[Stored data entries]
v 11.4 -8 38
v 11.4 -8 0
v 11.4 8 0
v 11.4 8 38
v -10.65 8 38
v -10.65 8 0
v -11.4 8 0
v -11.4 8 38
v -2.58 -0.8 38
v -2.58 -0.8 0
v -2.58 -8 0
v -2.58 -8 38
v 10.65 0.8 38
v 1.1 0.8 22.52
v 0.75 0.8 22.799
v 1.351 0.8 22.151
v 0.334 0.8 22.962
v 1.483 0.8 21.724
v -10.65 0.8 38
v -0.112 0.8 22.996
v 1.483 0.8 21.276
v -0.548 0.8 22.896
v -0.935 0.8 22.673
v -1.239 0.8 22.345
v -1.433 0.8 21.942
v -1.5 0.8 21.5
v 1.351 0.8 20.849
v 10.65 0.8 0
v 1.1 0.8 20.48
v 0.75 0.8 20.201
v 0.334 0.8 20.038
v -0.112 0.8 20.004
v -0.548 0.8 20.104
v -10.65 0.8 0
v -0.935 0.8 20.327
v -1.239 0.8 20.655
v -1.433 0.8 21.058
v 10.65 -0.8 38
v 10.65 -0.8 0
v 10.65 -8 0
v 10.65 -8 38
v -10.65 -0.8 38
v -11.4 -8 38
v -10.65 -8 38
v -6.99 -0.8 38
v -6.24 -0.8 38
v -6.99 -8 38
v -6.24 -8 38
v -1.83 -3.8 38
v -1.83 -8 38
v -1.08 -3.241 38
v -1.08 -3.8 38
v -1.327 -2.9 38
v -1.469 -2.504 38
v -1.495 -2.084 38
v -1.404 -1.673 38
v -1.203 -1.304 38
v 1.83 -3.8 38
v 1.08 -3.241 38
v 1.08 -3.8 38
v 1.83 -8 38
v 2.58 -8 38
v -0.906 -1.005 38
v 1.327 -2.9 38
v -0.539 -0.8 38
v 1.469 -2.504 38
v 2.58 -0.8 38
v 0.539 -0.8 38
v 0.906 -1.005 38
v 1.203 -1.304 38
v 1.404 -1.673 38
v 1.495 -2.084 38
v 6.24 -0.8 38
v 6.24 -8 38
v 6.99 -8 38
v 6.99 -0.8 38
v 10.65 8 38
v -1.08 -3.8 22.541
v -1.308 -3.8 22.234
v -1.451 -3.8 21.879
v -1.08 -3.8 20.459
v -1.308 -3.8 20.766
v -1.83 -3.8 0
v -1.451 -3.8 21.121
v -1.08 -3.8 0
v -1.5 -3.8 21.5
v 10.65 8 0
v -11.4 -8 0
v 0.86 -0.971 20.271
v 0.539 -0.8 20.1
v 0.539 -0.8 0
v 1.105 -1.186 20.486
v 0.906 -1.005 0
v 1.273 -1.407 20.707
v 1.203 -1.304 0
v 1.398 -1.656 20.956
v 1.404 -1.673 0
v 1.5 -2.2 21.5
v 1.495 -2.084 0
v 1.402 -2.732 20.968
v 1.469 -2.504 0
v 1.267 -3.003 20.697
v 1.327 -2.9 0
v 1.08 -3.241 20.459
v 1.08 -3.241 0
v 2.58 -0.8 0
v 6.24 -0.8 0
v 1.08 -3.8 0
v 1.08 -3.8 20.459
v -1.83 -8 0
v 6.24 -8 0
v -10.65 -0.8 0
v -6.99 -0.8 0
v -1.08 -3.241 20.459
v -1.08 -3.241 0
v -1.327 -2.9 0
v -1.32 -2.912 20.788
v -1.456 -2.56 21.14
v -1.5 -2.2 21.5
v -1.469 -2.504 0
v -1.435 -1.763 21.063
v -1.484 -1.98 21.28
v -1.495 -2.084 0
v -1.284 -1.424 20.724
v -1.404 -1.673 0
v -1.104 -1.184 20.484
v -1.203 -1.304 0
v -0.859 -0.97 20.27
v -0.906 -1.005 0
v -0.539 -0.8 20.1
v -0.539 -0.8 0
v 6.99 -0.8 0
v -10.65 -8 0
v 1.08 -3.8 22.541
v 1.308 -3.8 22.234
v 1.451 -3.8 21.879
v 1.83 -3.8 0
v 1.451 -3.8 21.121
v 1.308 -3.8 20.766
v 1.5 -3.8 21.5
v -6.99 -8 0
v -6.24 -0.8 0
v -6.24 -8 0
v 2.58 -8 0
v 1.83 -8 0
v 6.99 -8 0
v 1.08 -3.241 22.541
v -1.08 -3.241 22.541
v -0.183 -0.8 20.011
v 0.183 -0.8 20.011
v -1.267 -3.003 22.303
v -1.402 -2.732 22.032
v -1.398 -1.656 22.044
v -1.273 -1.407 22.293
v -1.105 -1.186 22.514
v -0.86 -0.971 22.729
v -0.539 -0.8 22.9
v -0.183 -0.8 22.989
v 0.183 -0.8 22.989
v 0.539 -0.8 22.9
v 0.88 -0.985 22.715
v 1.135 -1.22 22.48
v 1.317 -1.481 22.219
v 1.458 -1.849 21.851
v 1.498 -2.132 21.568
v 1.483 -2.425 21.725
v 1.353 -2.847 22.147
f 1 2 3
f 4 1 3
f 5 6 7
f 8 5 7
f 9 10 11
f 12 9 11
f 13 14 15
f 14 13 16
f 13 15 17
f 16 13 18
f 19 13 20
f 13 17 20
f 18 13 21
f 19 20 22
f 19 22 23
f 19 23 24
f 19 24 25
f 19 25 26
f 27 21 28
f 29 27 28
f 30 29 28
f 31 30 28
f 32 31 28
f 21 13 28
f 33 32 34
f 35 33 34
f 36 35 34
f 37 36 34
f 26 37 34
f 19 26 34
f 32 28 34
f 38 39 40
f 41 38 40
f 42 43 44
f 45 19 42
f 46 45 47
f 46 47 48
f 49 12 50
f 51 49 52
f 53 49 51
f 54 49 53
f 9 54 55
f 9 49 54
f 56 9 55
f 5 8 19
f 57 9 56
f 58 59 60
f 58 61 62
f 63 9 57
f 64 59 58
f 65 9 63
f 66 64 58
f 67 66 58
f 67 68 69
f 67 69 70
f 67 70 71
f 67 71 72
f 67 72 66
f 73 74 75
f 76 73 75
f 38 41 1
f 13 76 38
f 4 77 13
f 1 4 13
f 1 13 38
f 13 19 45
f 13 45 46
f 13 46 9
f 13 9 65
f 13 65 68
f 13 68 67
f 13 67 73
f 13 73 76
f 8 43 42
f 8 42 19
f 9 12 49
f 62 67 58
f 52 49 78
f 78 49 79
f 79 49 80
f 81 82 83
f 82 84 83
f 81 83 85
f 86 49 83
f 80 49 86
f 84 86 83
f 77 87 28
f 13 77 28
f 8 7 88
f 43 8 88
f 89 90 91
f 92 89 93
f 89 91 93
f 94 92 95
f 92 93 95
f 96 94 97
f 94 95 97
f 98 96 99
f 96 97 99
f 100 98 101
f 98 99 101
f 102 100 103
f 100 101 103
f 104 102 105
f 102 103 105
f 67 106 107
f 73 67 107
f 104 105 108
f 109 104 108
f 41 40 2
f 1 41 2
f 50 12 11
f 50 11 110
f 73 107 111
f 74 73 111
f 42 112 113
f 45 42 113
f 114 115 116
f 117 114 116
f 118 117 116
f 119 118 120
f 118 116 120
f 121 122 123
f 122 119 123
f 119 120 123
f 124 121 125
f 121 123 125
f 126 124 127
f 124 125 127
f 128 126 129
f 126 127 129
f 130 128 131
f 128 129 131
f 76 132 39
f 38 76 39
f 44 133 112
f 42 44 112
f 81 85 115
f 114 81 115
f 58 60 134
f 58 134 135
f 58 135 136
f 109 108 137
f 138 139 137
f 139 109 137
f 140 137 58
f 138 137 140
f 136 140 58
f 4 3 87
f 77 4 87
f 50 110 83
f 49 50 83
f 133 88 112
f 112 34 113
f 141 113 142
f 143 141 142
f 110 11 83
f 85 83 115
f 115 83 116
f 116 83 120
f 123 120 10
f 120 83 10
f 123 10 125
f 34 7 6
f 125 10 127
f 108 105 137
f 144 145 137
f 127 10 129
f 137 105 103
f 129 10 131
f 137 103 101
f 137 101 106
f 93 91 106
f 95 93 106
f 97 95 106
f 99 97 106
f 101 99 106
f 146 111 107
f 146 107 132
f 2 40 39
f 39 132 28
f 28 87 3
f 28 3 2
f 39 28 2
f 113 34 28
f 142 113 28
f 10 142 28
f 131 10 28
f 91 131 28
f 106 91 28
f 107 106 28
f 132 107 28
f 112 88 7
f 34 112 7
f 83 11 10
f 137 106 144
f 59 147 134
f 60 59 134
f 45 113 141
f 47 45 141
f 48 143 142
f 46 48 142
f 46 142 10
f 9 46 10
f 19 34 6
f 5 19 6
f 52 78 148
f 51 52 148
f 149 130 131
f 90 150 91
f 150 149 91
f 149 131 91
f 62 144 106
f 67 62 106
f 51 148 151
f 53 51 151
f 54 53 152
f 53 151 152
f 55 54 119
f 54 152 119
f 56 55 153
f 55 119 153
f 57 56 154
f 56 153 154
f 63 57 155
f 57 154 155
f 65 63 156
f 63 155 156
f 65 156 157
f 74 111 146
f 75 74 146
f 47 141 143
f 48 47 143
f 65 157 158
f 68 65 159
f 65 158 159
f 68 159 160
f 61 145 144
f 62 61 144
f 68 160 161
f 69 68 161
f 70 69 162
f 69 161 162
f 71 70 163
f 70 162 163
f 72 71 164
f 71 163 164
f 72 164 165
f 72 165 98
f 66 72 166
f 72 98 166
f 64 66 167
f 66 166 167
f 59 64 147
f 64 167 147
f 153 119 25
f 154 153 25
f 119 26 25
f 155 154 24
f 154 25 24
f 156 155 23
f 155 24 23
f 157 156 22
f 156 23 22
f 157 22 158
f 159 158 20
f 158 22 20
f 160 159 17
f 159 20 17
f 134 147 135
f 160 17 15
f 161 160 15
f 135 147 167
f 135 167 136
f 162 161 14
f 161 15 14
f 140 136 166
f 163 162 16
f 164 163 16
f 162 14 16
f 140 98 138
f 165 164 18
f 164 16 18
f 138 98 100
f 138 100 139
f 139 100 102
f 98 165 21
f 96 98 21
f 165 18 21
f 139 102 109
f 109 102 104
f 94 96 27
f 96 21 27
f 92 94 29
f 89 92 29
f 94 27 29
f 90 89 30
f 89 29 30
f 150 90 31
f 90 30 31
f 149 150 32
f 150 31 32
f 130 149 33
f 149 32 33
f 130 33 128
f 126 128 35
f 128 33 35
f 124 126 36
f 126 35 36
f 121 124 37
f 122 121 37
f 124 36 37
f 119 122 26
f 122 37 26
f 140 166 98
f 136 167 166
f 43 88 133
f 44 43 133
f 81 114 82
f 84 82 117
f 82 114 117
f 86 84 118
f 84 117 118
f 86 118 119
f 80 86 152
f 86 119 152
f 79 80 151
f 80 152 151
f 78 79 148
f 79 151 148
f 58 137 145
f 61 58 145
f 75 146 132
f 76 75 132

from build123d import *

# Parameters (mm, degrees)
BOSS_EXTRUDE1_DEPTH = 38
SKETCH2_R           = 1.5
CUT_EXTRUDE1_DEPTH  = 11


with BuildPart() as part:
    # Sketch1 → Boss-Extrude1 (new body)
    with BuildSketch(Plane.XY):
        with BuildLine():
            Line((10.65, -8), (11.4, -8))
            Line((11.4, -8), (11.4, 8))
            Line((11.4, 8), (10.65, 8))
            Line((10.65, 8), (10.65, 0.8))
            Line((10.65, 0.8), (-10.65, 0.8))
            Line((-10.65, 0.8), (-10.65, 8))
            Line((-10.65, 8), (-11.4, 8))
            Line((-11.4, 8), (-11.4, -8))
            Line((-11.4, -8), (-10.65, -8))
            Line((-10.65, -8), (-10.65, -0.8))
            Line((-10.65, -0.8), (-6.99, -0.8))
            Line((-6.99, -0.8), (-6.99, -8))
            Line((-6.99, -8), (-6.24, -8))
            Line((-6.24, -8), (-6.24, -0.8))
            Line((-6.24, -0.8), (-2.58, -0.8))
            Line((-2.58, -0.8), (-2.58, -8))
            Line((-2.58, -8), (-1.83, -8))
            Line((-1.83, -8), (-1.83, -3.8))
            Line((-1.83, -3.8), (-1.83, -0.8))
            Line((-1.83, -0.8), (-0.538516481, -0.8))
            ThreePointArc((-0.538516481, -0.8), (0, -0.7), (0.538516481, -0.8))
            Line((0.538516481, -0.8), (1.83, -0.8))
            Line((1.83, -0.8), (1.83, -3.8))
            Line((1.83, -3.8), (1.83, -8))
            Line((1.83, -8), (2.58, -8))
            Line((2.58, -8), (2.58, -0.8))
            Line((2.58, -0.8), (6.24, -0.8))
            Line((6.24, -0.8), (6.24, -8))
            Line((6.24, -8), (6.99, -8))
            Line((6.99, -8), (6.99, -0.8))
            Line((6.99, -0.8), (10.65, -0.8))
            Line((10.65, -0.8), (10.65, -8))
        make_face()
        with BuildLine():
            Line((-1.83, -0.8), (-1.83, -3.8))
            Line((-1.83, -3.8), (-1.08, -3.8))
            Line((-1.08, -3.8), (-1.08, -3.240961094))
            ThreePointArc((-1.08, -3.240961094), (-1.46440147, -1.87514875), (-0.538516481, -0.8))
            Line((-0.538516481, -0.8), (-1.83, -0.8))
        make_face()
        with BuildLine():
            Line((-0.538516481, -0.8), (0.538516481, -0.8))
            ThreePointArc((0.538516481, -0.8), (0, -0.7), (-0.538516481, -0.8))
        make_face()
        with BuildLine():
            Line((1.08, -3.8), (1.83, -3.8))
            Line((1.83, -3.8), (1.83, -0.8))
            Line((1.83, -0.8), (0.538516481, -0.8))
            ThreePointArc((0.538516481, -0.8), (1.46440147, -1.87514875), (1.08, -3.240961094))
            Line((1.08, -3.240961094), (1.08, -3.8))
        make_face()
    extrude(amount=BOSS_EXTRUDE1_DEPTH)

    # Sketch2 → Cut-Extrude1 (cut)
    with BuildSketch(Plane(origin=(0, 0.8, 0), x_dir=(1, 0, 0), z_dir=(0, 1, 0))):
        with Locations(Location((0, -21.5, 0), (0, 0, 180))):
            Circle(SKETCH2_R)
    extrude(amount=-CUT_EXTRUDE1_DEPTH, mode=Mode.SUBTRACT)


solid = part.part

_Exercise_: As the answer, set down only the lines from the data above between the one holding "f 124 36 37" and the one holding "f 76 75 132", inclusive, exactly as they read.

_Task response_:
f 124 36 37
f 119 122 26
f 122 37 26
f 140 166 98
f 136 167 166
f 43 88 133
f 44 43 133
f 81 114 82
f 84 82 117
f 82 114 117
f 86 84 118
f 84 117 118
f 86 118 119
f 80 86 152
f 86 119 152
f 79 80 151
f 80 152 151
f 78 79 148
f 79 151 148
f 58 137 145
f 61 58 145
f 75 146 132
f 76 75 132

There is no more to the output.